AVAILABLE RECORDS: Begin

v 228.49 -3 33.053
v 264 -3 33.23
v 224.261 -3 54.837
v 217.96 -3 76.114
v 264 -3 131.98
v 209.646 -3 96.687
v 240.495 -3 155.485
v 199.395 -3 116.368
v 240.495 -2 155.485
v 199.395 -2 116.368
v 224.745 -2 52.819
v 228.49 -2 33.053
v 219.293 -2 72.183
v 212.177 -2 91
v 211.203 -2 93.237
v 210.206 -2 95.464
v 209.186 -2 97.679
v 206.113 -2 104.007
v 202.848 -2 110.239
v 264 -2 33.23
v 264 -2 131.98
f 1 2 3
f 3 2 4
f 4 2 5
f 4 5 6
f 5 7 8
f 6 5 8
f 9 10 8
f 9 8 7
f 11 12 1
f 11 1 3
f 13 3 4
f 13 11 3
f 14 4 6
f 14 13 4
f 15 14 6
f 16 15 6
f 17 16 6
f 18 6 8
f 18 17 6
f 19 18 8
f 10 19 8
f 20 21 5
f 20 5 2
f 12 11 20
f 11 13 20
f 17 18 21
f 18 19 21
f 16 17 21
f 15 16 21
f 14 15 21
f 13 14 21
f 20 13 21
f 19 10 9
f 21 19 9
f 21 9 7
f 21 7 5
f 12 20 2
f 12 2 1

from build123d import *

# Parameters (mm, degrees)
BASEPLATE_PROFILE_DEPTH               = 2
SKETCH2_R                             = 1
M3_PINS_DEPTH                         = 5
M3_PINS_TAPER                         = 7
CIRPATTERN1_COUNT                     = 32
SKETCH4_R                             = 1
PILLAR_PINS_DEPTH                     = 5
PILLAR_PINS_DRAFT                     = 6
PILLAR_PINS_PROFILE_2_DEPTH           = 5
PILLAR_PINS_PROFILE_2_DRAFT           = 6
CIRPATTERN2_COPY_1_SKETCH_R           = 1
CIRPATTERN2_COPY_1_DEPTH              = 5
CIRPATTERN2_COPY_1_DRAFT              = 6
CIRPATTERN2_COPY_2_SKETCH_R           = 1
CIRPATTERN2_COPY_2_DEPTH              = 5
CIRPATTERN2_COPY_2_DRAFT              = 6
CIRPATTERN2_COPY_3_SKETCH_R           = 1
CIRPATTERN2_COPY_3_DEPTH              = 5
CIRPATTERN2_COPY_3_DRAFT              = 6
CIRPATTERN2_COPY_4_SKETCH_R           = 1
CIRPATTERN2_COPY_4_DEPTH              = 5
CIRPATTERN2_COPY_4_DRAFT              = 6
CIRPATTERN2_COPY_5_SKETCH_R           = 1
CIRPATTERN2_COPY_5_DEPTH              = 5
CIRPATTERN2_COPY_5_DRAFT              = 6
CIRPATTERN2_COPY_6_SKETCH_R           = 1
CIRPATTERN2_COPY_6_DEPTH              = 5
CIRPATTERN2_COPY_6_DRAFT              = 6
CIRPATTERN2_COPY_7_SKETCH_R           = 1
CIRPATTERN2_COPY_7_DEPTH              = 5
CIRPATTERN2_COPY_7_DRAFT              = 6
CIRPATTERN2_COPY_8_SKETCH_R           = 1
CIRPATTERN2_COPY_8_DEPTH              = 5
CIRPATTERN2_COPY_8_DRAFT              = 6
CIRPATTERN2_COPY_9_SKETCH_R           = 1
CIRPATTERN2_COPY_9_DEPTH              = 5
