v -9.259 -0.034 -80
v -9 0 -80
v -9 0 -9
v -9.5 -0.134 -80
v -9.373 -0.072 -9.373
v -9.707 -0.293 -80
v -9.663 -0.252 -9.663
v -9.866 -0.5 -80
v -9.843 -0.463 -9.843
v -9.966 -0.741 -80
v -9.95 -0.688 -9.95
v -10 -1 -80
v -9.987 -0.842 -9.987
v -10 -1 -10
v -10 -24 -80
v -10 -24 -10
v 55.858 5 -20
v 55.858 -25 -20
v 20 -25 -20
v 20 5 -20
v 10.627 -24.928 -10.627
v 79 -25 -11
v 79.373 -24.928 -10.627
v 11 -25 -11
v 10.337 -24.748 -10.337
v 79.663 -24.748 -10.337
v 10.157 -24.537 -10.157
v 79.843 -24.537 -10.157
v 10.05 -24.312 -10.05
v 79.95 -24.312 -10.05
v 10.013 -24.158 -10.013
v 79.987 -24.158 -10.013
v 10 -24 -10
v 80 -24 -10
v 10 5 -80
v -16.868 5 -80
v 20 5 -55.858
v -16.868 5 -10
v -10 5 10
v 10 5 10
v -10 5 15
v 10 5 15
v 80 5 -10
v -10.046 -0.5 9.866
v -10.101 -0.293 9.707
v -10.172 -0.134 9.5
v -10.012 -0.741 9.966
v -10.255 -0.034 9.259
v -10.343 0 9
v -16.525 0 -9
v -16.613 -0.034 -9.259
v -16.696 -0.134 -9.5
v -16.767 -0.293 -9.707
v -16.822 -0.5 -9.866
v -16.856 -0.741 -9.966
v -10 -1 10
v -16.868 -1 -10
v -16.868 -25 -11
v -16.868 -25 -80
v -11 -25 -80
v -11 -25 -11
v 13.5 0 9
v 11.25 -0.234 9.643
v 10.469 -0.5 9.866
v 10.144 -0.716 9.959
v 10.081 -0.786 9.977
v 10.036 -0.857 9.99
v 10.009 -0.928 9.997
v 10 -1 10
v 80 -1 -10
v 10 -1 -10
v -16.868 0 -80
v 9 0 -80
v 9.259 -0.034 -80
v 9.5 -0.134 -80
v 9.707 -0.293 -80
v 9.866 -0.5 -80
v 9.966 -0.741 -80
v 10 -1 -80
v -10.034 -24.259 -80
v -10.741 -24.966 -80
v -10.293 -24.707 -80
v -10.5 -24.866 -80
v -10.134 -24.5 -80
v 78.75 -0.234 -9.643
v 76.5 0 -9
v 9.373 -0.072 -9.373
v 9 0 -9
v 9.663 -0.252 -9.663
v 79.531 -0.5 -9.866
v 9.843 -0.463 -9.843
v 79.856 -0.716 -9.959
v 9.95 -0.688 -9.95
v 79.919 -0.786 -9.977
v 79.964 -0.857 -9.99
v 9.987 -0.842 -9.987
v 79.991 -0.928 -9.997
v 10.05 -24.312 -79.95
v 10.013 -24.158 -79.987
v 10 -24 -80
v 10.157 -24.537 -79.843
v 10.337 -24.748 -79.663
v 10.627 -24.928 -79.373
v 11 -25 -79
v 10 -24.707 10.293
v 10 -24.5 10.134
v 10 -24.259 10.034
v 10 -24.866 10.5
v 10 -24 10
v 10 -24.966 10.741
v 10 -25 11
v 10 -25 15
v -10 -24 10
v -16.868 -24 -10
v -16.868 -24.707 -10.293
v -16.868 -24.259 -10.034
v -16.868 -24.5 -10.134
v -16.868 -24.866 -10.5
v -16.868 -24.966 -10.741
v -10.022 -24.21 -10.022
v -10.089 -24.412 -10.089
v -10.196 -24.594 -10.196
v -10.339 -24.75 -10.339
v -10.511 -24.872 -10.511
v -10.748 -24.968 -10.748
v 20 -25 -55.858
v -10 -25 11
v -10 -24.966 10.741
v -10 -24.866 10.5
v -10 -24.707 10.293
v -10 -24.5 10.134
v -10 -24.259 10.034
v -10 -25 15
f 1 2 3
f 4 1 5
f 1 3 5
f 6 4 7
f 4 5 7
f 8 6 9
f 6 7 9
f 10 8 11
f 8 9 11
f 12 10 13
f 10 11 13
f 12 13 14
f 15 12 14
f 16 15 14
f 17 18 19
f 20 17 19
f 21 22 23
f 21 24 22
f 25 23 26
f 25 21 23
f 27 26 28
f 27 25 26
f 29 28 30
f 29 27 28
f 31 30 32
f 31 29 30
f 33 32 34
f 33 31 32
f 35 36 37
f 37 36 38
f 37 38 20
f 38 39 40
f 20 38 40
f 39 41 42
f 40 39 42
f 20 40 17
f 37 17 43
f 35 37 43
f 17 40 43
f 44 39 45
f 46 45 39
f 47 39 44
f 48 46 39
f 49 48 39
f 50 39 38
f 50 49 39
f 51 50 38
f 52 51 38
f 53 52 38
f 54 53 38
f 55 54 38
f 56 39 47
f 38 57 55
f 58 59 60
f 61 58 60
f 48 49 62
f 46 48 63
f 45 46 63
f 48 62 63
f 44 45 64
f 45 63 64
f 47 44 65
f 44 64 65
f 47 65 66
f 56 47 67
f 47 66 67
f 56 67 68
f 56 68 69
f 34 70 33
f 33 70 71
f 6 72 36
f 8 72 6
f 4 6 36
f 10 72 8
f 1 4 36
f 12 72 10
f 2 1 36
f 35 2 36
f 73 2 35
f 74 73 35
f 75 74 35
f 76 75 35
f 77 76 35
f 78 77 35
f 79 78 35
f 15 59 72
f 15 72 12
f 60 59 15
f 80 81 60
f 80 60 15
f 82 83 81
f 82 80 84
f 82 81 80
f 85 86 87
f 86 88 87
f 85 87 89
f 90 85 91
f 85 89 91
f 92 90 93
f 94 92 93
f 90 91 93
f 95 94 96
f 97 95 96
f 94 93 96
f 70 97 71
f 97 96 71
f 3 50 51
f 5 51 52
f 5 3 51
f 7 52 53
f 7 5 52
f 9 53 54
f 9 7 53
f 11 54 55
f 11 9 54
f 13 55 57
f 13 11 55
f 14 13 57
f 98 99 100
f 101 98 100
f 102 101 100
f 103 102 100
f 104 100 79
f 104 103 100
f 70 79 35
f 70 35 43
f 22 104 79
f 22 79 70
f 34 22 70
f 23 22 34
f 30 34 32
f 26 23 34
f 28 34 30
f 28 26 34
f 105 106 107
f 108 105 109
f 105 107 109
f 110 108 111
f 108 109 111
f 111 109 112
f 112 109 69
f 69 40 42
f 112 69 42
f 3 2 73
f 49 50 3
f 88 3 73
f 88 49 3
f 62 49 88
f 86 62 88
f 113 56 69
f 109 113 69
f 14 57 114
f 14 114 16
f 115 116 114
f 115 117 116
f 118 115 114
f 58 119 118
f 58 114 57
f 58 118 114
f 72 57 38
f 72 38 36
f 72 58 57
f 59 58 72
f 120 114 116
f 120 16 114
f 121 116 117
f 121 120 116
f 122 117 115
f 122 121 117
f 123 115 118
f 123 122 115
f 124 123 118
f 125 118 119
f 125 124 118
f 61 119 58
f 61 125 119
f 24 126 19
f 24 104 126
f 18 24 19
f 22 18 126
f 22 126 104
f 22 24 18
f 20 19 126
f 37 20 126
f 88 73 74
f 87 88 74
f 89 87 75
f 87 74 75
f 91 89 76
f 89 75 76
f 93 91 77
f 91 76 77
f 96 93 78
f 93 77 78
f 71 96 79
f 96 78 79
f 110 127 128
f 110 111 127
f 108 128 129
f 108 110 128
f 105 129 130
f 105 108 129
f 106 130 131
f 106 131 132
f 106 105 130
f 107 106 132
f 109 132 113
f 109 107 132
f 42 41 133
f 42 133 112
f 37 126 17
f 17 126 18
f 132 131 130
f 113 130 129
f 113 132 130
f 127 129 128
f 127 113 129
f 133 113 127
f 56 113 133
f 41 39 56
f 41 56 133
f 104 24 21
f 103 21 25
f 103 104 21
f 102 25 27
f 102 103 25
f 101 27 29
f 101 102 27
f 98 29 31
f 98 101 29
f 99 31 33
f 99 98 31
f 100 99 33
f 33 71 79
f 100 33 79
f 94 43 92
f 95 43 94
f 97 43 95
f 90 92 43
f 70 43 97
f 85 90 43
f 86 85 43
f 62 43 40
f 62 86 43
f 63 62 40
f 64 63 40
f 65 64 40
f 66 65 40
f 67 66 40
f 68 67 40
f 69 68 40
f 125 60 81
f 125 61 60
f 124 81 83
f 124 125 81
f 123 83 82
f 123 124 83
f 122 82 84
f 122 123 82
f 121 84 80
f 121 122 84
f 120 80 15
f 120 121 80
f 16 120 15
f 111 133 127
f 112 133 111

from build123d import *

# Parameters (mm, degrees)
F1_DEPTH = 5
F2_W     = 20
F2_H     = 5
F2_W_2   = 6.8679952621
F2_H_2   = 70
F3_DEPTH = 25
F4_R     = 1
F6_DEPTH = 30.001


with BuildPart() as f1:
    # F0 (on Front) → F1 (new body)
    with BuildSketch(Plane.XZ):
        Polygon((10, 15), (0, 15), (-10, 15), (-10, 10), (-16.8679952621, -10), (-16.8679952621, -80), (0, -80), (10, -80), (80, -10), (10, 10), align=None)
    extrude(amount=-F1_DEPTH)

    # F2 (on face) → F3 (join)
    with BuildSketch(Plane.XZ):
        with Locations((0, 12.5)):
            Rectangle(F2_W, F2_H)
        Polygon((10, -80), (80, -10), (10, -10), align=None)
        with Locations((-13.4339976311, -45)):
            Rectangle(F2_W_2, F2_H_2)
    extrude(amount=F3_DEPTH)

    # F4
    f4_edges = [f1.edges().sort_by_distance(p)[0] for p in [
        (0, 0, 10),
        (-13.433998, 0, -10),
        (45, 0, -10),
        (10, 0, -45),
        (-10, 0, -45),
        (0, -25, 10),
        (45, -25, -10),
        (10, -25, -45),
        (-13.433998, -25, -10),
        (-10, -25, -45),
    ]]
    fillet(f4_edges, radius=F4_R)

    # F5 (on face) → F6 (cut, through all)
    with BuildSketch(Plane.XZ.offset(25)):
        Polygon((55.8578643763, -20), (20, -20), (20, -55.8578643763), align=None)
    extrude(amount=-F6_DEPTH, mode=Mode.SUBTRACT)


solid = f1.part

AVAILABLE RECORDS: End

Retype the entries above exactly, but only from the line containing "v 10.05 -24.312 -10.05" through the line containing "v -10.012 -0.741 9.966", both included.

## SOLUTION FOR THIS TASK
v 10.05 -24.312 -10.05
v 79.95 -24.312 -10.05
v 10.013 -24.158 -10.013
v 79.987 -24.158 -10.013
v 10 -24 -10
v 80 -24 -10
v 10 5 -80
v -16.868 5 -80
v 20 5 -55.858
v -16.868 5 -10
v -10 5 10
v 10 5 10
v -10 5 15
v 10 5 15
v 80 5 -10
v -10.046 -0.5 9.866
v -10.101 -0.293 9.707
v -10.172 -0.134 9.5
v -10.012 -0.741 9.966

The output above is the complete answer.